*ASSIGNED TASK*
In the records below, begin at the line that has "v28 (-8.27278,4.064,5.20192)" and stop after the line that has "e49 v44 v43"; quote those lines verbatim and nothing more.

══ SUPPLIED ENTRIES

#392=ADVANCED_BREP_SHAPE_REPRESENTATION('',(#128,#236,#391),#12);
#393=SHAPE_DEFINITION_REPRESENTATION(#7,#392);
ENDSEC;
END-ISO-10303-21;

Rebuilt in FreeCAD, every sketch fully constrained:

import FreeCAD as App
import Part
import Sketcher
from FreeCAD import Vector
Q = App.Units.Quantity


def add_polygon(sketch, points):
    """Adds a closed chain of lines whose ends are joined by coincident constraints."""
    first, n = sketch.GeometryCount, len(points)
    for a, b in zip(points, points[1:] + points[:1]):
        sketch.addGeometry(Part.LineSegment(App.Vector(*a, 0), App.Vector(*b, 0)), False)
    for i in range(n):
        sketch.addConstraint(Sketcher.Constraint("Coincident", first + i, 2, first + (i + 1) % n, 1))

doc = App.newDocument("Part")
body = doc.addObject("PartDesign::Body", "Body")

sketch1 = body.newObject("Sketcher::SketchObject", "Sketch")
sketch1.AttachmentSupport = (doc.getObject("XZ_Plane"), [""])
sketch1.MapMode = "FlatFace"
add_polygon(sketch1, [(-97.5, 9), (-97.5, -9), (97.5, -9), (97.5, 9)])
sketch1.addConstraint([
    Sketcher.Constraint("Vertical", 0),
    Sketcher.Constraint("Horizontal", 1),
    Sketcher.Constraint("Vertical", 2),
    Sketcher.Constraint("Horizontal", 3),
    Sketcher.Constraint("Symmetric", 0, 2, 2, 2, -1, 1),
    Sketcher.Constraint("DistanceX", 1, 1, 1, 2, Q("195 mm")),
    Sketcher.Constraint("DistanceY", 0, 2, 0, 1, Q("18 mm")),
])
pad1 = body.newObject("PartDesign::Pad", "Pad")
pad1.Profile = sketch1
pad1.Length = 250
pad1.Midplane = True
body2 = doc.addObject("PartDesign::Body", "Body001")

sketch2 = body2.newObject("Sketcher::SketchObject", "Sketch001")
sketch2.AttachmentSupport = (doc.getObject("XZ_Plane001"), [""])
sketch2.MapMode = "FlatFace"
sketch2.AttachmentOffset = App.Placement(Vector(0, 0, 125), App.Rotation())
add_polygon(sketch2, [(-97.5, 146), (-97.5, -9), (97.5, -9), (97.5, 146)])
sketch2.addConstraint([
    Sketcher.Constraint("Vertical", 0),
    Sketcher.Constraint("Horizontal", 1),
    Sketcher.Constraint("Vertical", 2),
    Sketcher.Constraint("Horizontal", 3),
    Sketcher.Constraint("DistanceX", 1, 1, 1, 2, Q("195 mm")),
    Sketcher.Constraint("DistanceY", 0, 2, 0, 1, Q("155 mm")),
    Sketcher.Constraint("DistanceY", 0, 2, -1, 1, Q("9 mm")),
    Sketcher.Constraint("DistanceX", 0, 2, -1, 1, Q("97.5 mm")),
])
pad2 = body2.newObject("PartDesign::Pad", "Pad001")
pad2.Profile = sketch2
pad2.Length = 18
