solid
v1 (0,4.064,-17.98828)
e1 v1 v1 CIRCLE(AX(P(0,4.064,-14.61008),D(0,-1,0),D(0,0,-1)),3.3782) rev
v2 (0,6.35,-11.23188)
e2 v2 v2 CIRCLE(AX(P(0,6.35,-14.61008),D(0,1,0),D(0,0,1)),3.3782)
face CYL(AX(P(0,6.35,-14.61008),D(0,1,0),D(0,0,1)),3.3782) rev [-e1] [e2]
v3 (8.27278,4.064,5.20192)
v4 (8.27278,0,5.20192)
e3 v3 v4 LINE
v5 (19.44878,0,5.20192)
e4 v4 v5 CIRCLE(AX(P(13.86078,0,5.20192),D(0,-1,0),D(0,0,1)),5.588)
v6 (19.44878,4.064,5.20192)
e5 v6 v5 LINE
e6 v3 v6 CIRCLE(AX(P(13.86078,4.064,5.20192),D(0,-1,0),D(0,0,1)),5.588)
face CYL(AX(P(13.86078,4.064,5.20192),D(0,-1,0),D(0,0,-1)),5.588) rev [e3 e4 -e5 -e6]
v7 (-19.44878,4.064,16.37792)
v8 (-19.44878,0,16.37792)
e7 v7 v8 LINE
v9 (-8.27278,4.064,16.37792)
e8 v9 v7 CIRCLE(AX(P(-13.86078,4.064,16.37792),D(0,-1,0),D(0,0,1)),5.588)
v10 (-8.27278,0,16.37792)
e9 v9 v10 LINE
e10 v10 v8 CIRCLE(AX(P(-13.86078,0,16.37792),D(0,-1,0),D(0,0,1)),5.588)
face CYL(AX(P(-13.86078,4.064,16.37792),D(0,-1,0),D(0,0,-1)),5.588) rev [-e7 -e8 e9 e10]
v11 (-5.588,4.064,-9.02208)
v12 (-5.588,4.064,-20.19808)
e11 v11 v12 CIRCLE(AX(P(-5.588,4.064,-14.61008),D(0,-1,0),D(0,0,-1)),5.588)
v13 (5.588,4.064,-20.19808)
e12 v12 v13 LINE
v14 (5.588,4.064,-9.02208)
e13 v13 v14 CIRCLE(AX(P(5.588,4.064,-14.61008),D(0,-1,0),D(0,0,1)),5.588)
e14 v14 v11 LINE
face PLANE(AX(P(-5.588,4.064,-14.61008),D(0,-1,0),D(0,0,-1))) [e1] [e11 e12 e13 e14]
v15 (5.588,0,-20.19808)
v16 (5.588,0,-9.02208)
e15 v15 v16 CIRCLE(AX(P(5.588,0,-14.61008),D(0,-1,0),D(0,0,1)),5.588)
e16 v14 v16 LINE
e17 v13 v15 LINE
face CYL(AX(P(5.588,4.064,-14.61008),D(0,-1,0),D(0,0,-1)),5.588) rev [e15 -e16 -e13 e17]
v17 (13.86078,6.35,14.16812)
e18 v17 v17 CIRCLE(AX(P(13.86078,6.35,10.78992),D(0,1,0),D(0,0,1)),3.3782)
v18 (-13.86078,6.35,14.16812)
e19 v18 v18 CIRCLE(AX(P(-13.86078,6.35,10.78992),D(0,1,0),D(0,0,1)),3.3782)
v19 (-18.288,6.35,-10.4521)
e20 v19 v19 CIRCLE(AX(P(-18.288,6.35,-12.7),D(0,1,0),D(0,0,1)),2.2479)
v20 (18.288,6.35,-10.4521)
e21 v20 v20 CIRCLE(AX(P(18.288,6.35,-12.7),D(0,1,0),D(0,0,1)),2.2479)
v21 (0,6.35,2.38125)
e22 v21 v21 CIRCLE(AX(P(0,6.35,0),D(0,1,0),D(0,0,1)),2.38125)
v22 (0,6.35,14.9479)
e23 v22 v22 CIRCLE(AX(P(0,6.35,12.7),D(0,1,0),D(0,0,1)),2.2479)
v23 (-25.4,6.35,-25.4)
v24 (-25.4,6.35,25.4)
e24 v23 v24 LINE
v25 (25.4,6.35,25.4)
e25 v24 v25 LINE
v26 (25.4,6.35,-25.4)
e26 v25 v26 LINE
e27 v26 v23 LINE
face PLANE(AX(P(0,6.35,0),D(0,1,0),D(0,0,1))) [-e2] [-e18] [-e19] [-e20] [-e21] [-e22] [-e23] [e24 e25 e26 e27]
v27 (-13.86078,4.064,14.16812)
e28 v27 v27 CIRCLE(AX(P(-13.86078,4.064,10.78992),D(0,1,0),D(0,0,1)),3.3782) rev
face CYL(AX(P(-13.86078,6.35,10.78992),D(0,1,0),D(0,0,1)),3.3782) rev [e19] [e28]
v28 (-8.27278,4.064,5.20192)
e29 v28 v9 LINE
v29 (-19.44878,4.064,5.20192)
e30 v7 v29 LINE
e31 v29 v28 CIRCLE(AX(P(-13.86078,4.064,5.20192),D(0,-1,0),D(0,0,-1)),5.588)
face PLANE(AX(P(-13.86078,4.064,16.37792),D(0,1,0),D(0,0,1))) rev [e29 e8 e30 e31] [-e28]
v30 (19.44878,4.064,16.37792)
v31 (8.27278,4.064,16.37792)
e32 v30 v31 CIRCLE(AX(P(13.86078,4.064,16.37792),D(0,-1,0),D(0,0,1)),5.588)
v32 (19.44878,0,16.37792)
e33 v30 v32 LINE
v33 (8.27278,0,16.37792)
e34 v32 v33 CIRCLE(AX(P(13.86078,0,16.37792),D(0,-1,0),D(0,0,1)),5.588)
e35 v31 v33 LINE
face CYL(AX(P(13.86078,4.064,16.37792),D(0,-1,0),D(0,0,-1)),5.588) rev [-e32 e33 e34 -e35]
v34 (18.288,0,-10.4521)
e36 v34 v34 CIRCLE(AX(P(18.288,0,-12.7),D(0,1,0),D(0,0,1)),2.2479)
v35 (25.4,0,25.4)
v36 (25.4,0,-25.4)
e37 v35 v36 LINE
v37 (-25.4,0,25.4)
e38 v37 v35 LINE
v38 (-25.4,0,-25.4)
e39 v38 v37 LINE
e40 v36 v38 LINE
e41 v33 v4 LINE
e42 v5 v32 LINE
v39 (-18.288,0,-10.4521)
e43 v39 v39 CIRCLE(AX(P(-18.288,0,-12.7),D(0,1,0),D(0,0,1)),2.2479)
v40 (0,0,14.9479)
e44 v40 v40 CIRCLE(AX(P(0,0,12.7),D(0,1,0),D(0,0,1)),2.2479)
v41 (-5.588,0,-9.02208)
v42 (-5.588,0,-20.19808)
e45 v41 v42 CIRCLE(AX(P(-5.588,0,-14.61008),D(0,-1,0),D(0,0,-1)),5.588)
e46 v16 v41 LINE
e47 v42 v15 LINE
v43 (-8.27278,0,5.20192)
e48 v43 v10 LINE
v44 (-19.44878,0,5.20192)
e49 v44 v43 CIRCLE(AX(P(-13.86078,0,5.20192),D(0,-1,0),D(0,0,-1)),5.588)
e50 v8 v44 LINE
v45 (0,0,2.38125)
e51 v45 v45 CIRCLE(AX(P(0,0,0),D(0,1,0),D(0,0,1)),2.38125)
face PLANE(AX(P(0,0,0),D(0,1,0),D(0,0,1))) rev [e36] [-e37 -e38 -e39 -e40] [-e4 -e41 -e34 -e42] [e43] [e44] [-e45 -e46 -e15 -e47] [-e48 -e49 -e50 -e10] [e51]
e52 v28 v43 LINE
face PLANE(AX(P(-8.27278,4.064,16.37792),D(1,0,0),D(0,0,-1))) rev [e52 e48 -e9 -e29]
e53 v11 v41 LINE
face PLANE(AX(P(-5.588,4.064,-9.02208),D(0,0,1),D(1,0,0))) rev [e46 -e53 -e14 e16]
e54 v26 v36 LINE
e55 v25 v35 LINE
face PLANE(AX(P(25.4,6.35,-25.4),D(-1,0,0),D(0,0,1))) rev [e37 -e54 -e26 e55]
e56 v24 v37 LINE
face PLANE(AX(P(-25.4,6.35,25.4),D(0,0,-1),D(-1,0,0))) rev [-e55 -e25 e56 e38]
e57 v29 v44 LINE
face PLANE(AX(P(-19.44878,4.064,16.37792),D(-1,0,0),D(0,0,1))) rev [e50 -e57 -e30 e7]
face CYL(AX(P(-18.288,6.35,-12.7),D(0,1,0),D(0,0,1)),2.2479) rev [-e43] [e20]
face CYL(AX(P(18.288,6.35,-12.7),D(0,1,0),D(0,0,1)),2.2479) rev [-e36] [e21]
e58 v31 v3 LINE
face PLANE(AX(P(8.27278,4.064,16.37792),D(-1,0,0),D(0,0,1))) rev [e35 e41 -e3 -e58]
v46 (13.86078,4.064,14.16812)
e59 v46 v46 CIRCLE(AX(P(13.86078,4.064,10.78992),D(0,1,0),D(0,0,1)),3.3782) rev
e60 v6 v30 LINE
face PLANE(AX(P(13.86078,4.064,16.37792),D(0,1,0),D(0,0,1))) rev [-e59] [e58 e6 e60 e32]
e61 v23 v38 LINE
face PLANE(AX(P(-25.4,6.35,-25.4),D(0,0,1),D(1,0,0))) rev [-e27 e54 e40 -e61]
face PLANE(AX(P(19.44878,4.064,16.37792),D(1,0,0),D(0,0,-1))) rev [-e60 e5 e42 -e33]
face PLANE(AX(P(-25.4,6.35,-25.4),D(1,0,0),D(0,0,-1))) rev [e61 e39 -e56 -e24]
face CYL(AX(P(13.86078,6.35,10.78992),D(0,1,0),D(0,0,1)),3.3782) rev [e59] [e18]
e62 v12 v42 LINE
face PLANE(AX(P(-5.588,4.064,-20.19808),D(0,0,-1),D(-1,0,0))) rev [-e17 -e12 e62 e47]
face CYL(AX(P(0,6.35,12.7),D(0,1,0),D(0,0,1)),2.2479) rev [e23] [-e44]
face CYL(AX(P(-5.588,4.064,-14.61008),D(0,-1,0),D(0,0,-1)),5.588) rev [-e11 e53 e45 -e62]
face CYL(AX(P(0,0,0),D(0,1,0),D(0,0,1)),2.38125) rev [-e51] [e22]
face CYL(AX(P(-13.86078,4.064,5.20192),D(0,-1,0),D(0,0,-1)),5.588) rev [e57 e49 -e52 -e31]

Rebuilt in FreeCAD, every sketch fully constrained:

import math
import FreeCAD as App
import Part
import Sketcher
from FreeCAD import Vector
Q = App.Units.Quantity

doc = App.newDocument("Part")
params = doc.addObject("Spreadsheet::Sheet", "Params")
for row, (alias, value) in enumerate([
    ("sketch1_width", "2 in"),
    ("pad1_length", "0.25 in"),
    ("sketch2_diameter", "0.177 in"),
    ("hole_diameter", "0.177 in"),
    ("sketch3_diameter", "0.266 in"),
    ("hole2_diameter", "0.266 in"),
    ("sketch4_radius", "0.22 in"),
    ("sketch4_width", "0.44 in"),
    ("pocket1_length", "0.16 in"),
    ("sketch5_diameter", "0.1875 in"),
], start=1):
    params.set(f"A{row}", alias)
    params.set(f"B{row}", "=" + value)
    params.setAlias(f"B{row}", alias)

body = doc.addObject("PartDesign::Body", "Body")

# Sketch on XZ plane
sketch1 = doc.addObject("Sketcher::SketchObject", "Sketch")
body.addObject(sketch1)
sketch1.AttachmentSupport = (doc.XZ_Plane, [""])
sketch1.MapMode = "FlatFace"
sketch1.addGeometry(Part.LineSegment(Vector(-25, -25, 0), Vector(-25, 25, 0)), False)
sketch1.addGeometry(Part.LineSegment(Vector(-25, 25, 0), Vector(25, 25, 0)), False)
sketch1.addGeometry(Part.LineSegment(Vector(25, 25, 0), Vector(25, -25, 0)), False)
sketch1.addGeometry(Part.LineSegment(Vector(25, -25, 0), Vector(-25, -25, 0)), False)
sketch1.addConstraint(Sketcher.Constraint("Coincident", 0, 2, 1, 1))
sketch1.addConstraint(Sketcher.Constraint("Coincident", 1, 2, 2, 1))
sketch1.addConstraint(Sketcher.Constraint("Coincident", 2, 2, 3, 1))
sketch1.addConstraint(Sketcher.Constraint("Coincident", 3, 2, 0, 1))
sketch1.addConstraint(Sketcher.Constraint("Vertical", 0))
sketch1.addConstraint(Sketcher.Constraint("Horizontal", 1))
sketch1.addConstraint(Sketcher.Constraint("Vertical", 2))
sketch1.addConstraint(Sketcher.Constraint("Horizontal", 3))
sketch1.addConstraint(Sketcher.Constraint("Symmetric", 0, 2, 2, 2, -1, 1))
sketch1.addConstraint(Sketcher.Constraint("Equal", 3, 0))
sketch1.addConstraint(Sketcher.Constraint("DistanceX", 1, 1, 1, 2, Q("2 in")))
sketch1.setExpression("Constraints[10]", "Params.sketch1_width")
pad1 = doc.addObject("PartDesign::Pad", "Pad")
body.addObject(pad1)
pad1.Profile = sketch1
pad1.setExpression("Length", "Params.pad1_length")
pad1.Reversed = True

# Sketch on XZ plane
sketch2 = doc.addObject("Sketcher::SketchObject", "Sketch001")
body.addObject(sketch2)
sketch2.AttachmentSupport = (doc.XZ_Plane, [""])
sketch2.MapMode = "FlatFace"
sketch2.AttachmentOffset = App.Placement(Vector(0, 0, -0.25 * 25.4), App.Rotation())
sketch2.addGeometry(Part.Circle(Vector(-18.3, -12.7, 0), Vector(0, 0, 1), 2.2), False)
sketch2.addGeometry(Part.Circle(Vector(18.3, -12.7, 0), Vector(0, 0, 1), 2.2), False)
sketch2.addGeometry(Part.Circle(Vector(0, 12.7, 0), Vector(0, 0, 1), 2.2), False)
sketch2.addConstraint(Sketcher.Constraint("Equal", 0, 1))
sketch2.addConstraint(Sketcher.Constraint("Equal", 1, 2))
sketch2.addConstraint(Sketcher.Constraint("Symmetric", 0, 3, 1, 3, -2))
sketch2.addConstraint(Sketcher.Constraint("PointOnObject", 2, 3, -2))
sketch2.addConstraint(Sketcher.Constraint("Diameter", 0, Q("0.177 in")))
sketch2.addConstraint(Sketcher.Constraint("DistanceY", 0, 3, 2, 3, Q("1 in")))
sketch2.addConstraint(Sketcher.Constraint("DistanceY", 0, 3, -1, 1, Q("0.5 in")))
sketch2.addConstraint(Sketcher.Constraint("DistanceX", 0, 3, -1, 1, Q("0.72 in")))
sketch2.setExpression("Constraints[4]", "Params.sketch2_diameter")
doc.recompute()
hole = doc.addObject("PartDesign::Hole", "Hole")
body.addObject(hole)
hole.Profile = sketch2
hole.ThreadType = "None"
hole.setExpression("Diameter", "Params.hole_diameter")
hole.DepthType = "ThroughAll"
hole.Reversed = True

════

*SOLUTION TO THIS TASK*
v28 (-8.27278,4.064,5.20192)
e29 v28 v9 LINE
v29 (-19.44878,4.064,5.20192)
e30 v7 v29 LINE
e31 v29 v28 CIRCLE(AX(P(-13.86078,4.064,5.20192),D(0,-1,0),D(0,0,-1)),5.588)
face PLANE(AX(P(-13.86078,4.064,16.37792),D(0,1,0),D(0,0,1))) rev [e29 e8 e30 e31] [-e28]
v30 (19.44878,4.064,16.37792)
v31 (8.27278,4.064,16.37792)
e32 v30 v31 CIRCLE(AX(P(13.86078,4.064,16.37792),D(0,-1,0),D(0,0,1)),5.588)
v32 (19.44878,0,16.37792)
e33 v30 v32 LINE
v33 (8.27278,0,16.37792)
e34 v32 v33 CIRCLE(AX(P(13.86078,0,16.37792),D(0,-1,0),D(0,0,1)),5.588)
e35 v31 v33 LINE
face CYL(AX(P(13.86078,4.064,16.37792),D(0,-1,0),D(0,0,-1)),5.588) rev [-e32 e33 e34 -e35]
v34 (18.288,0,-10.4521)
e36 v34 v34 CIRCLE(AX(P(18.288,0,-12.7),D(0,1,0),D(0,0,1)),2.2479)
v35 (25.4,0,25.4)
v36 (25.4,0,-25.4)
e37 v35 v36 LINE
v37 (-25.4,0,25.4)
e38 v37 v35 LINE
v38 (-25.4,0,-25.4)
e39 v38 v37 LINE
e40 v36 v38 LINE
e41 v33 v4 LINE
e42 v5 v32 LINE
v39 (-18.288,0,-10.4521)
e43 v39 v39 CIRCLE(AX(P(-18.288,0,-12.7),D(0,1,0),D(0,0,1)),2.2479)
v40 (0,0,14.9479)
e44 v40 v40 CIRCLE(AX(P(0,0,12.7),D(0,1,0),D(0,0,1)),2.2479)
v41 (-5.588,0,-9.02208)
v42 (-5.588,0,-20.19808)
e45 v41 v42 CIRCLE(AX(P(-5.588,0,-14.61008),D(0,-1,0),D(0,0,-1)),5.588)
e46 v16 v41 LINE
e47 v42 v15 LINE
v43 (-8.27278,0,5.20192)
e48 v43 v10 LINE
v44 (-19.44878,0,5.20192)
e49 v44 v43 CIRCLE(AX(P(-13.86078,0,5.20192),D(0,-1,0),D(0,0,-1)),5.588)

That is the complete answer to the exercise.